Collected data
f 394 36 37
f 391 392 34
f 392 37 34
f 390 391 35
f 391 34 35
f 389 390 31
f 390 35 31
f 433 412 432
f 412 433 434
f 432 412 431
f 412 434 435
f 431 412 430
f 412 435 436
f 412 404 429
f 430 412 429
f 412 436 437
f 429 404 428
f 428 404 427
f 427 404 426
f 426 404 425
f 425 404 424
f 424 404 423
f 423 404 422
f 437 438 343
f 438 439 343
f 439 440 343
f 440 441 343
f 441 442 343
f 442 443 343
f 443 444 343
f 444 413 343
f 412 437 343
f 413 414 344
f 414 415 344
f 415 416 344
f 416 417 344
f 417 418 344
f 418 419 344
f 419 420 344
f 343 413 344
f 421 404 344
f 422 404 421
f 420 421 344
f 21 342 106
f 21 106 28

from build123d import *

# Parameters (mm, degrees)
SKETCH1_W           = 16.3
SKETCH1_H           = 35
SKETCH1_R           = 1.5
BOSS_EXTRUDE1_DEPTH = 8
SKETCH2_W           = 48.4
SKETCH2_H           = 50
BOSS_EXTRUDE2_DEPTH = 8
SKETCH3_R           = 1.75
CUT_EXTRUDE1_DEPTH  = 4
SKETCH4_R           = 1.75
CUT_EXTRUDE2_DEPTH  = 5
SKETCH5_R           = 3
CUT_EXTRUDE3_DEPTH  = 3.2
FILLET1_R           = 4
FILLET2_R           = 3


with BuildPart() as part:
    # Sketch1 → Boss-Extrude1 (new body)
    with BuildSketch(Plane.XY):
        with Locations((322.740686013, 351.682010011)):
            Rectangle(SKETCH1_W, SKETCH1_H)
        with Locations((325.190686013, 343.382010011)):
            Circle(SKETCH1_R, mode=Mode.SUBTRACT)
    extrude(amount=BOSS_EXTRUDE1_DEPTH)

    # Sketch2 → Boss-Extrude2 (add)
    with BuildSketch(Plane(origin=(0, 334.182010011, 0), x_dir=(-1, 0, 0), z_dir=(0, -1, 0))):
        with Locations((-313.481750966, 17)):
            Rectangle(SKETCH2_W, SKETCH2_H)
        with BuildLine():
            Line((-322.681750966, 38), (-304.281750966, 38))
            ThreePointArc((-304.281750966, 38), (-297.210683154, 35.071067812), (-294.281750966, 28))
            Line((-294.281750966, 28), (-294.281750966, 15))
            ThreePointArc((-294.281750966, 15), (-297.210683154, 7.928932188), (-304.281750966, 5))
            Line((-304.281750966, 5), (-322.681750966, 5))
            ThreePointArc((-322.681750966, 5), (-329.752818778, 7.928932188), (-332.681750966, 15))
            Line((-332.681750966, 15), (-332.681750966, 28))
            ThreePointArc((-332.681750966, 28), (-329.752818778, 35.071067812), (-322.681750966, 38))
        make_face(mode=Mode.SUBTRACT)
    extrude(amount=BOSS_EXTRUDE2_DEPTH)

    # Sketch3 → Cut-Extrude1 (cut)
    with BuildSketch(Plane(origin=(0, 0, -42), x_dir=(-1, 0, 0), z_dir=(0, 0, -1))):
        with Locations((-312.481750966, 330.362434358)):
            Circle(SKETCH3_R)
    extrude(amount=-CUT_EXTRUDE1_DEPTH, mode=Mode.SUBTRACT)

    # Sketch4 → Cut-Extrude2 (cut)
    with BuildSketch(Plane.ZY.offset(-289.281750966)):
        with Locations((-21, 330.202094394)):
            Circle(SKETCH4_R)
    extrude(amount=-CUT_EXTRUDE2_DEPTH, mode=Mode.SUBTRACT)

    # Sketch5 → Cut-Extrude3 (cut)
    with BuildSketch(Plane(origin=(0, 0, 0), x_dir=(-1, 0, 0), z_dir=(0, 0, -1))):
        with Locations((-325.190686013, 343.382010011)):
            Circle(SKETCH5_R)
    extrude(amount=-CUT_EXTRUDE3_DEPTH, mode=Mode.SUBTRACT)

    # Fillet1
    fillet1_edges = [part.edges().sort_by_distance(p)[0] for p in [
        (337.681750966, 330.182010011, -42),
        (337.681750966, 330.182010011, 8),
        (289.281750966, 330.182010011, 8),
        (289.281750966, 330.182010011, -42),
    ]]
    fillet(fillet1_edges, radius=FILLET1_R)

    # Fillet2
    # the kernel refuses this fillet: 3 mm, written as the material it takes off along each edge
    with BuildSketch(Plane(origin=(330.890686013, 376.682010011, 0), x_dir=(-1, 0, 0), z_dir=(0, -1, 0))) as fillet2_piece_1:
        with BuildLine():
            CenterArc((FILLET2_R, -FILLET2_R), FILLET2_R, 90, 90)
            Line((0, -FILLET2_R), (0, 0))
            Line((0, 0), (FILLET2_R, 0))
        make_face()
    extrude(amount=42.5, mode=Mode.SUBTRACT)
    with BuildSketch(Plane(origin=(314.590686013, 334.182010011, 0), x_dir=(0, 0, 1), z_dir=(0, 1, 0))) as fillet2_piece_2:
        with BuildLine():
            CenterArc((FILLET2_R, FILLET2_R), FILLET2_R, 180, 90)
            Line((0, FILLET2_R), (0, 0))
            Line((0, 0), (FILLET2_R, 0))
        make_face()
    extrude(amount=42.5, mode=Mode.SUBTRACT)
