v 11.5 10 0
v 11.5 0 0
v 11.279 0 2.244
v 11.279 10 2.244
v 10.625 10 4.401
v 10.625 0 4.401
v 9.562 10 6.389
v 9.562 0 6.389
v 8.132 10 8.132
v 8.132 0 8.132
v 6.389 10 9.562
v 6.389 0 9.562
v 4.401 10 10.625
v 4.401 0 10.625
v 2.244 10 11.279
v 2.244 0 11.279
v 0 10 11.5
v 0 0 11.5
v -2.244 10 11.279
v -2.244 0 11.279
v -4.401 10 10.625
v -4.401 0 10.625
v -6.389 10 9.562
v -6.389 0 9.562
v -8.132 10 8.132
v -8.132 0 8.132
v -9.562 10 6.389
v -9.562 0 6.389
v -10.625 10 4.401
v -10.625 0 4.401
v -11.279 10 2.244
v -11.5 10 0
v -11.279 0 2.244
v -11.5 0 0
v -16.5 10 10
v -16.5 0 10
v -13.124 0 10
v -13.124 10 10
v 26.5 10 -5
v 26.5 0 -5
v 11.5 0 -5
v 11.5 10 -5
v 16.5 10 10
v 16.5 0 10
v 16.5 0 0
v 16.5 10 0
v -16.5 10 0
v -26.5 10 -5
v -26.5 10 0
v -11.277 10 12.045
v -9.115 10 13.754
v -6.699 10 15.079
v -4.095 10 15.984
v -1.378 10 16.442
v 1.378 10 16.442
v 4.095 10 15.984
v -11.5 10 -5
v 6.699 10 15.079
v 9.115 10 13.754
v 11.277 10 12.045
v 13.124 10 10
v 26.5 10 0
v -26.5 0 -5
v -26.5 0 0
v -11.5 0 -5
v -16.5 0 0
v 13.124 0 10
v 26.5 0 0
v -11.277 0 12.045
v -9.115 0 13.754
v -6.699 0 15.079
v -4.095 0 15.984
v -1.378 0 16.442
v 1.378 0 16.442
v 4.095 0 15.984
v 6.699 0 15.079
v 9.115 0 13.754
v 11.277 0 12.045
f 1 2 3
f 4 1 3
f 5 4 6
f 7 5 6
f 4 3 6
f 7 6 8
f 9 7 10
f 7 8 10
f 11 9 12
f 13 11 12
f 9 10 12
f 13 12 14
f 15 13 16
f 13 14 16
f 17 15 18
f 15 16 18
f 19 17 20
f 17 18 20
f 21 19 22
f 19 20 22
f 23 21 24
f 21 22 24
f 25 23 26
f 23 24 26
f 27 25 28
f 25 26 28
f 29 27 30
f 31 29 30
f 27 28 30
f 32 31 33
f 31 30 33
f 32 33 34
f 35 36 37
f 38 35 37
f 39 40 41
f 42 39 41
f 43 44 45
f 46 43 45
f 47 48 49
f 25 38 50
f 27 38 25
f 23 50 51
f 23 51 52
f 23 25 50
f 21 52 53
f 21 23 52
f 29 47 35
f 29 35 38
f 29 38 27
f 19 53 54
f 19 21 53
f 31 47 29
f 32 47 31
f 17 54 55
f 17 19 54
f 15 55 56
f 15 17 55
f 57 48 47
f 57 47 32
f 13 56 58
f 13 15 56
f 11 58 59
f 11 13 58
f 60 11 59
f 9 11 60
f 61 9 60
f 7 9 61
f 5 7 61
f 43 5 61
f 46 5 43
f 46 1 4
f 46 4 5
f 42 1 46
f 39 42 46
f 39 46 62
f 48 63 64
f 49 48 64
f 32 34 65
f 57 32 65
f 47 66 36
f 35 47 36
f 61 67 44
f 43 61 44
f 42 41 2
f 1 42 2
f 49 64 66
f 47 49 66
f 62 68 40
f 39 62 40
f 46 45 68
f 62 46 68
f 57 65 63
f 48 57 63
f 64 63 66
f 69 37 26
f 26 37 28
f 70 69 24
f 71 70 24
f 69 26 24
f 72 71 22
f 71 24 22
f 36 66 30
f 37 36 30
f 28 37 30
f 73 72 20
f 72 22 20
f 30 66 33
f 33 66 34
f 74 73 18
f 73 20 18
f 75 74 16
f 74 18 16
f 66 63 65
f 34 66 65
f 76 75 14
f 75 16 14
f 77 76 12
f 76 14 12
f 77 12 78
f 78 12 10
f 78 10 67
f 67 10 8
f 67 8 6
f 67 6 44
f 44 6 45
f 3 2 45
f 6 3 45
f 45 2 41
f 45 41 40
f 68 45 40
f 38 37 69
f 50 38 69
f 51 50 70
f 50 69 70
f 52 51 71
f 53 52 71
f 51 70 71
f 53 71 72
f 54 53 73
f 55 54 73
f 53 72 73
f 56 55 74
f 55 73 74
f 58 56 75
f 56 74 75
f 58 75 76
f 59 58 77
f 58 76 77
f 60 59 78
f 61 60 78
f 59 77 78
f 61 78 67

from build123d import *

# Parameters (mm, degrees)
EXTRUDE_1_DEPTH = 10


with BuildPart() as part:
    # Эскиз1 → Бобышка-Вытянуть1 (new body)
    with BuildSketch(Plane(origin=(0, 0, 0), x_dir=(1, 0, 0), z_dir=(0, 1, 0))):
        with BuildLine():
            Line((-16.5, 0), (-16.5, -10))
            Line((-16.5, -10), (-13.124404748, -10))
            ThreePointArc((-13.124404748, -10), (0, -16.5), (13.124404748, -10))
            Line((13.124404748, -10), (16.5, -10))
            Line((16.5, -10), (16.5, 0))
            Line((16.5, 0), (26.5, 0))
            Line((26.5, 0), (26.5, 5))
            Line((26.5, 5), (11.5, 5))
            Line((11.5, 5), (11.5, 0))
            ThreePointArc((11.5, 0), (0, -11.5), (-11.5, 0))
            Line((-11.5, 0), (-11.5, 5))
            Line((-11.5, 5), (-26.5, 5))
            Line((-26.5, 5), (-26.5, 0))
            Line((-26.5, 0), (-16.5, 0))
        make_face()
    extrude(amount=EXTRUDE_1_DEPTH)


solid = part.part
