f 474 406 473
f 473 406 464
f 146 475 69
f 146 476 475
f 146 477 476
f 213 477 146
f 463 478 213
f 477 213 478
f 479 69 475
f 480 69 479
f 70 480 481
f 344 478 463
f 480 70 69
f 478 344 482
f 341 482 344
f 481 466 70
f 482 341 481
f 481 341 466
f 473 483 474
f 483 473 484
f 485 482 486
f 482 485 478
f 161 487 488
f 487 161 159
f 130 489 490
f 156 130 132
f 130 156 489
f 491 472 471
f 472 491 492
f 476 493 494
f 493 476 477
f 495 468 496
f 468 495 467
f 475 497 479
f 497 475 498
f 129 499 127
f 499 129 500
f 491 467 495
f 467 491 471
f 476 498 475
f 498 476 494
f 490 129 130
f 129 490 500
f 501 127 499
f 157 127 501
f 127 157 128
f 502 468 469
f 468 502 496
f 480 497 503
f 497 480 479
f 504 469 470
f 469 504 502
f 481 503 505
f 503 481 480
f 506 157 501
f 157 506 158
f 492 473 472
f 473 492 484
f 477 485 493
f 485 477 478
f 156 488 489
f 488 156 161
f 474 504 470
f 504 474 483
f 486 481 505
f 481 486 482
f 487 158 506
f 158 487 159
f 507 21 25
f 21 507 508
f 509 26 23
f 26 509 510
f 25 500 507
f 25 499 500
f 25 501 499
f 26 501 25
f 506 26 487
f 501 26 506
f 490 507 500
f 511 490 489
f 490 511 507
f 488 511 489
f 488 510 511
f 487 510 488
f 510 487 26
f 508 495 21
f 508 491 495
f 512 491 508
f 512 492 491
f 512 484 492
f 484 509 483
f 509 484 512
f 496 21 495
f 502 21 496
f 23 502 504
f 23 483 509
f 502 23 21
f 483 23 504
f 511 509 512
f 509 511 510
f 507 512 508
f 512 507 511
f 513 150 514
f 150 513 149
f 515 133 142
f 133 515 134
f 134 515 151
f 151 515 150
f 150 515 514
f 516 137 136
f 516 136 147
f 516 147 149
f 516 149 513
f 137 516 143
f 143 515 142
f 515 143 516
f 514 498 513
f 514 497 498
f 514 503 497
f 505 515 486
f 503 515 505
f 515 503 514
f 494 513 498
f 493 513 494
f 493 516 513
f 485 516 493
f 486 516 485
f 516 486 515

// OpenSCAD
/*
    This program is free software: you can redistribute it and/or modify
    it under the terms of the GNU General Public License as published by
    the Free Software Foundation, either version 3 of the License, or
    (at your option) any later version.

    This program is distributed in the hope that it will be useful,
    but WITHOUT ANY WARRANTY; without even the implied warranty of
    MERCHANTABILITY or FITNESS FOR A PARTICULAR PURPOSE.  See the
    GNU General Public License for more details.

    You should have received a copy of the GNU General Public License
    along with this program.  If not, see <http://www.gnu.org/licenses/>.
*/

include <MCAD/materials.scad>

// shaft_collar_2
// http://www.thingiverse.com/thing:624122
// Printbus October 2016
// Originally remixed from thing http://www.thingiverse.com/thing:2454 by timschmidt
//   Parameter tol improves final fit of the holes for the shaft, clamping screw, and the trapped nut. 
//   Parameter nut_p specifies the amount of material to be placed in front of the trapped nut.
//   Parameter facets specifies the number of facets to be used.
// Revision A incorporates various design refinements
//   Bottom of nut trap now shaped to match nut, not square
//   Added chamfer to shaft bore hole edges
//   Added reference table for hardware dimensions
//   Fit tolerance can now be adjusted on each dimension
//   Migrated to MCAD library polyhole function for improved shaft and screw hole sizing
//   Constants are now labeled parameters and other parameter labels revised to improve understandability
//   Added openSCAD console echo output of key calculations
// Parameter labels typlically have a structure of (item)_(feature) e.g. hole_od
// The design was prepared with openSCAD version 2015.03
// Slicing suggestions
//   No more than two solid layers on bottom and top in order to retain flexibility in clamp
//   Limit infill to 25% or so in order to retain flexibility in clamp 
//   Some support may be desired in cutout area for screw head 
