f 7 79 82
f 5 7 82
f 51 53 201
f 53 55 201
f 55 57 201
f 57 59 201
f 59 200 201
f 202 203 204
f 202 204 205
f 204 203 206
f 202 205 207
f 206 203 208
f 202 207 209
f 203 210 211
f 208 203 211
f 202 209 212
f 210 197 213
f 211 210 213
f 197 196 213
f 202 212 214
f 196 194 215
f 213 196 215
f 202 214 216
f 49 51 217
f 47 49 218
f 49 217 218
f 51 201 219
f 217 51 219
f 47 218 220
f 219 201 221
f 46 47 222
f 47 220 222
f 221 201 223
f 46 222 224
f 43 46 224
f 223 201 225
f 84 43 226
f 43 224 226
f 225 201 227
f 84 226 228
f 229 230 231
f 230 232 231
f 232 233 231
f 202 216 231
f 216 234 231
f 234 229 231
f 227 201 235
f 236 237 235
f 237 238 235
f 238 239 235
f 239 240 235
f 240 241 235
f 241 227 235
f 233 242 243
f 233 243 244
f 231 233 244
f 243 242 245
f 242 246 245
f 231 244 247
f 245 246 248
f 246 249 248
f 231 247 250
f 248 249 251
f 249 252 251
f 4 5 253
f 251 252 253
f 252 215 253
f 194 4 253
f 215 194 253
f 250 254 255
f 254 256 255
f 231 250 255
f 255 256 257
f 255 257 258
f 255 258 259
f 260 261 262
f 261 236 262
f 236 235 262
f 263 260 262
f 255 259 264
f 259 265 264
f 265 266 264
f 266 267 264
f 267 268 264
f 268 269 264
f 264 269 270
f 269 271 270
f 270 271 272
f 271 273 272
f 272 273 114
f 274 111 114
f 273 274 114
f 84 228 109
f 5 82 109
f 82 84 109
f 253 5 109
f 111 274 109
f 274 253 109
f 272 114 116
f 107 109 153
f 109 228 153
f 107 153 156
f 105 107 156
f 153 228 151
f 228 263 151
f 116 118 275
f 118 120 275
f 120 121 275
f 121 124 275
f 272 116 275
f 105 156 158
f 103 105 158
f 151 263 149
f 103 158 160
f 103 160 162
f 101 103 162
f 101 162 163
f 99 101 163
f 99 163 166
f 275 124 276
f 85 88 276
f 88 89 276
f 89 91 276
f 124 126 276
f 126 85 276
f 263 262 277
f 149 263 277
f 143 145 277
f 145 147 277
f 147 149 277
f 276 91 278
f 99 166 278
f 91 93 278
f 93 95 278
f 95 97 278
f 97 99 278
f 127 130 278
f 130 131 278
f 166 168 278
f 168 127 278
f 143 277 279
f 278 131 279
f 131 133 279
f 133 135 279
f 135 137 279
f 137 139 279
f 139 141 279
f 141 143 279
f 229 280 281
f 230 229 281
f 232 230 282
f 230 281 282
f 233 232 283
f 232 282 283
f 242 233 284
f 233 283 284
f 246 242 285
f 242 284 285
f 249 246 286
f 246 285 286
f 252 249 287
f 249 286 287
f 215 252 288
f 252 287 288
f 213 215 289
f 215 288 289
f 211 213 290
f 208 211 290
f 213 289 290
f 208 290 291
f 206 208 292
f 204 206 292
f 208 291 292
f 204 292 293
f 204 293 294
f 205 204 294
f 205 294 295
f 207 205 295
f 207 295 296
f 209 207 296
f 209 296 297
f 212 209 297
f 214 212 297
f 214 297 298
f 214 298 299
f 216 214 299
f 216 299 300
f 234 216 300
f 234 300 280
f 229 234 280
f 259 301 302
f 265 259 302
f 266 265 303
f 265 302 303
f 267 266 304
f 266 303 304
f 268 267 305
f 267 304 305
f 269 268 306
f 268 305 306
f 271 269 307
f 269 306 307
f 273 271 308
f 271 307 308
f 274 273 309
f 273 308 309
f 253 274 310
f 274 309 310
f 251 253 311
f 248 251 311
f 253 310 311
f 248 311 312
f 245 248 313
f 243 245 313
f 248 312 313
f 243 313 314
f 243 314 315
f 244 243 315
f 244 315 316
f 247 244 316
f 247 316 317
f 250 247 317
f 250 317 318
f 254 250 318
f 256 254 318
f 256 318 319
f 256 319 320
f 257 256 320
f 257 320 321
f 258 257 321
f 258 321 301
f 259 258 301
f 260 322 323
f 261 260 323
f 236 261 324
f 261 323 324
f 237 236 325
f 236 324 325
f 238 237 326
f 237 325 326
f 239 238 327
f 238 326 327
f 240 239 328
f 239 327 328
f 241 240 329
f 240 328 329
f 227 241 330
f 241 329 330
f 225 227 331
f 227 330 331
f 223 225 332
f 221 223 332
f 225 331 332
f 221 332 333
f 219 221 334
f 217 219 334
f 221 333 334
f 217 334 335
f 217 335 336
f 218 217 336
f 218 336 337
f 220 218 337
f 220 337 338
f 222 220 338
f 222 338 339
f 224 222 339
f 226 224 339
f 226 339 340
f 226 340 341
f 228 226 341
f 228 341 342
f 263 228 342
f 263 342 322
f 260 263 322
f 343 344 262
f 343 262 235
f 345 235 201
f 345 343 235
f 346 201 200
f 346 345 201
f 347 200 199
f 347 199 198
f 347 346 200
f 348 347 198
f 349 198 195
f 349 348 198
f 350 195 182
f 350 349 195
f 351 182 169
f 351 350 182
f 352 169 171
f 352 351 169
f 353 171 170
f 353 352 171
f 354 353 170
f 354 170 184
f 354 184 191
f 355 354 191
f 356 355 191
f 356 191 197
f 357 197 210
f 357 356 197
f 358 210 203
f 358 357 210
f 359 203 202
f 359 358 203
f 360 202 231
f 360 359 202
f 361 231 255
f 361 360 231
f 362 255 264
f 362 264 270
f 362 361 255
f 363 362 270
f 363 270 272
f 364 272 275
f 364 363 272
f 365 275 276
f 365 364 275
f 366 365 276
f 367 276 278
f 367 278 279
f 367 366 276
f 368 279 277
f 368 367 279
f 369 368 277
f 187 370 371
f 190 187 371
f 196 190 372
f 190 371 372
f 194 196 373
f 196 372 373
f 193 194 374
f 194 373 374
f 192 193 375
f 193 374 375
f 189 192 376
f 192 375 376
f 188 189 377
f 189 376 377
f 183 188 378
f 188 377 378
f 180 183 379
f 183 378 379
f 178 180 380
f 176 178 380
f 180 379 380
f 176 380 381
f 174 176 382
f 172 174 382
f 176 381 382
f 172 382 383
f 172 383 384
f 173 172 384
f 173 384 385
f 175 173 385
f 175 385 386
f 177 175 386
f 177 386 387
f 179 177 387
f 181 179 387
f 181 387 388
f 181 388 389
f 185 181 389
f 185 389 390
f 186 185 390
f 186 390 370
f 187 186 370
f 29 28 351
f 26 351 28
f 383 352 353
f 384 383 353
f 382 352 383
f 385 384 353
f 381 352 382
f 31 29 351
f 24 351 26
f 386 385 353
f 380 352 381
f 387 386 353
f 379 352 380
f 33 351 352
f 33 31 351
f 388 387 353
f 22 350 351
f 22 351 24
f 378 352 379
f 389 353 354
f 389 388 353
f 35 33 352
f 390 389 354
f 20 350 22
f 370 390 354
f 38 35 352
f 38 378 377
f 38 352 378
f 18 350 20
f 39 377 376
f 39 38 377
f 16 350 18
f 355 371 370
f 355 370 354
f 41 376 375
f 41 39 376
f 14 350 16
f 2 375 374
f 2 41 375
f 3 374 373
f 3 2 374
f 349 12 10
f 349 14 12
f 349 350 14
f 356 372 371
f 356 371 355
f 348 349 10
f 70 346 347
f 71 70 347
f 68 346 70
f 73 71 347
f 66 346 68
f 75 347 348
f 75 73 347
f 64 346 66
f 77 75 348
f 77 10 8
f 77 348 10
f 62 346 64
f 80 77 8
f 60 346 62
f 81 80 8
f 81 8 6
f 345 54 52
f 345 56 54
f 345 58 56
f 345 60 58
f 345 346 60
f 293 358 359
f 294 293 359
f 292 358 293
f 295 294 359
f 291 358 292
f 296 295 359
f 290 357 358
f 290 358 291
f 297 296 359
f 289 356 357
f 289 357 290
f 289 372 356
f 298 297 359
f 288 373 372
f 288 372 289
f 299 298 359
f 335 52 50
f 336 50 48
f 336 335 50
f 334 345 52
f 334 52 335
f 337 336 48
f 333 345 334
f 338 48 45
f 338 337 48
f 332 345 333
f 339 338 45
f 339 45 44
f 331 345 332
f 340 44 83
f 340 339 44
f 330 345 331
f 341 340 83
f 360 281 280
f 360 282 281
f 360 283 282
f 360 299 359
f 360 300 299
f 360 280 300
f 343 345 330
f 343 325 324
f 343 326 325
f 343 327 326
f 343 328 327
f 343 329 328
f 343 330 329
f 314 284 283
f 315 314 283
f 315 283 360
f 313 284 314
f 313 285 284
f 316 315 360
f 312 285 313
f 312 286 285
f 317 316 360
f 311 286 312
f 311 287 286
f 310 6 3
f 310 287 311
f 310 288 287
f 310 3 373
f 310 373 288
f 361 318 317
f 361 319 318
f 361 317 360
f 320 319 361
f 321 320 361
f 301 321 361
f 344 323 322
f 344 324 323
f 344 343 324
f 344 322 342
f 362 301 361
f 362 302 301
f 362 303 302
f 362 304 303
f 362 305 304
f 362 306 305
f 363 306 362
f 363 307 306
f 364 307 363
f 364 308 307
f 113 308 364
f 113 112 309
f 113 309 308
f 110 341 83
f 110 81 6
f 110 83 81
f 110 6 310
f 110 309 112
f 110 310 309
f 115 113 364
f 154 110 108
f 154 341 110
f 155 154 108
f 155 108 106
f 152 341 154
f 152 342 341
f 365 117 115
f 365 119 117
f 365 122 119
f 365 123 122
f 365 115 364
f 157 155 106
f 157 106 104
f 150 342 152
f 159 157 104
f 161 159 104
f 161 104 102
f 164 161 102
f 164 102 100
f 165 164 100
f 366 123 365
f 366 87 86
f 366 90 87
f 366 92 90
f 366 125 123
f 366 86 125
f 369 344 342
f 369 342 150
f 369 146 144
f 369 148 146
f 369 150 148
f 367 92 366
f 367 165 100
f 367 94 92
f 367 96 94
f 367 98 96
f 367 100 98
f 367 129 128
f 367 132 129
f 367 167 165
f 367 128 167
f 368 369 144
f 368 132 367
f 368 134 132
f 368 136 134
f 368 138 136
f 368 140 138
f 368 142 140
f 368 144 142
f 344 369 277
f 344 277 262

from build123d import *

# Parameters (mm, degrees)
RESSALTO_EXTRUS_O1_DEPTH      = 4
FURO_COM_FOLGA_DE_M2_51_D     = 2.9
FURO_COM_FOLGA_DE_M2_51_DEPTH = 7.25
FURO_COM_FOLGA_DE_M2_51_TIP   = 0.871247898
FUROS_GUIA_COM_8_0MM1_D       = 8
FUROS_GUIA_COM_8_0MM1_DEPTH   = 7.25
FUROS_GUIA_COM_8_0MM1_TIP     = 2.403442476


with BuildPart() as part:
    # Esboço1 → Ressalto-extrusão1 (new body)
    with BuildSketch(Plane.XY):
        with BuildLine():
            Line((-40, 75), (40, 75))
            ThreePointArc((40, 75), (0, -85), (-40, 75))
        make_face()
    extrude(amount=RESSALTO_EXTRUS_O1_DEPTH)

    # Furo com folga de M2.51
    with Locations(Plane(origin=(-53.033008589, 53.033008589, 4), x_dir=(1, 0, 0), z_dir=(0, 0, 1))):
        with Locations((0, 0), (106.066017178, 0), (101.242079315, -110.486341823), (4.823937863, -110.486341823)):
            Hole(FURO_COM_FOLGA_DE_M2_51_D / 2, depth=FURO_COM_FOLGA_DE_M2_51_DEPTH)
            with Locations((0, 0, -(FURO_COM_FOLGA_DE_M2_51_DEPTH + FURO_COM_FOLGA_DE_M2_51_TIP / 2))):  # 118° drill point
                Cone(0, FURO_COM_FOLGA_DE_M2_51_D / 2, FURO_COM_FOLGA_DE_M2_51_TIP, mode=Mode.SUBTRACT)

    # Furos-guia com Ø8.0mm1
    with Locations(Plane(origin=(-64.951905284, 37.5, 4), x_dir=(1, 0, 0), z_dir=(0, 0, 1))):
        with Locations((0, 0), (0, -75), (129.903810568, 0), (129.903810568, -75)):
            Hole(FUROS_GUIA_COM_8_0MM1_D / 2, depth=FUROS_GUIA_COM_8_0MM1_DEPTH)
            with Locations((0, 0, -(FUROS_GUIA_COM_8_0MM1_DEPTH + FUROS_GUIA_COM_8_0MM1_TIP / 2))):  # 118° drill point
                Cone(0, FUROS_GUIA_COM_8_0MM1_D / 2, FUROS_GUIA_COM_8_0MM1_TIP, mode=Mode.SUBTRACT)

Aim of the exercise
Please reproduce, exactly as they appear above, the lines from the line containing "f 257 256 320" up to and including the line containing "f 366 365 276".

Answer box
f 257 256 320
f 257 320 321
f 258 257 321
f 258 321 301
f 259 258 301
f 260 322 323
f 261 260 323
f 236 261 324
f 261 323 324
f 237 236 325
f 236 324 325
f 238 237 326
f 237 325 326
f 239 238 327
f 238 326 327
f 240 239 328
f 239 327 328
f 241 240 329
f 240 328 329
f 227 241 330
f 241 329 330
f 225 227 331
f 227 330 331
f 223 225 332
f 221 223 332
f 225 331 332
f 221 332 333
f 219 221 334
f 217 219 334
f 221 333 334
f 217 334 335
f 217 335 336
f 218 217 336
f 218 336 337
f 220 218 337
f 220 337 338
f 222 220 338
f 222 338 339
f 224 222 339
f 226 224 339
f 226 339 340
f 226 340 341
f 228 226 341
f 228 341 342
f 263 228 342
f 263 342 322
f 260 263 322
f 343 344 262
f 343 262 235
f 345 235 201
f 345 343 235
f 346 201 200
f 346 345 201
f 347 200 199
f 347 199 198
f 347 346 200
f 348 347 198
f 349 198 195
f 349 348 198
f 350 195 182
f 350 349 195
f 351 182 169
f 351 350 182
f 352 169 171
f 352 351 169
f 353 171 170
f 353 352 171
f 354 353 170
f 354 170 184
f 354 184 191
f 355 354 191
f 356 355 191
f 356 191 197
f 357 197 210
f 357 356 197
f 358 210 203
f 358 357 210
f 359 203 202
f 359 358 203
f 360 202 231
f 360 359 202
f 361 231 255
f 361 360 231
f 362 255 264
f 362 264 270
f 362 361 255
f 363 362 270
f 363 270 272
f 364 272 275
f 364 363 272
f 365 275 276
f 365 364 275
f 366 365 276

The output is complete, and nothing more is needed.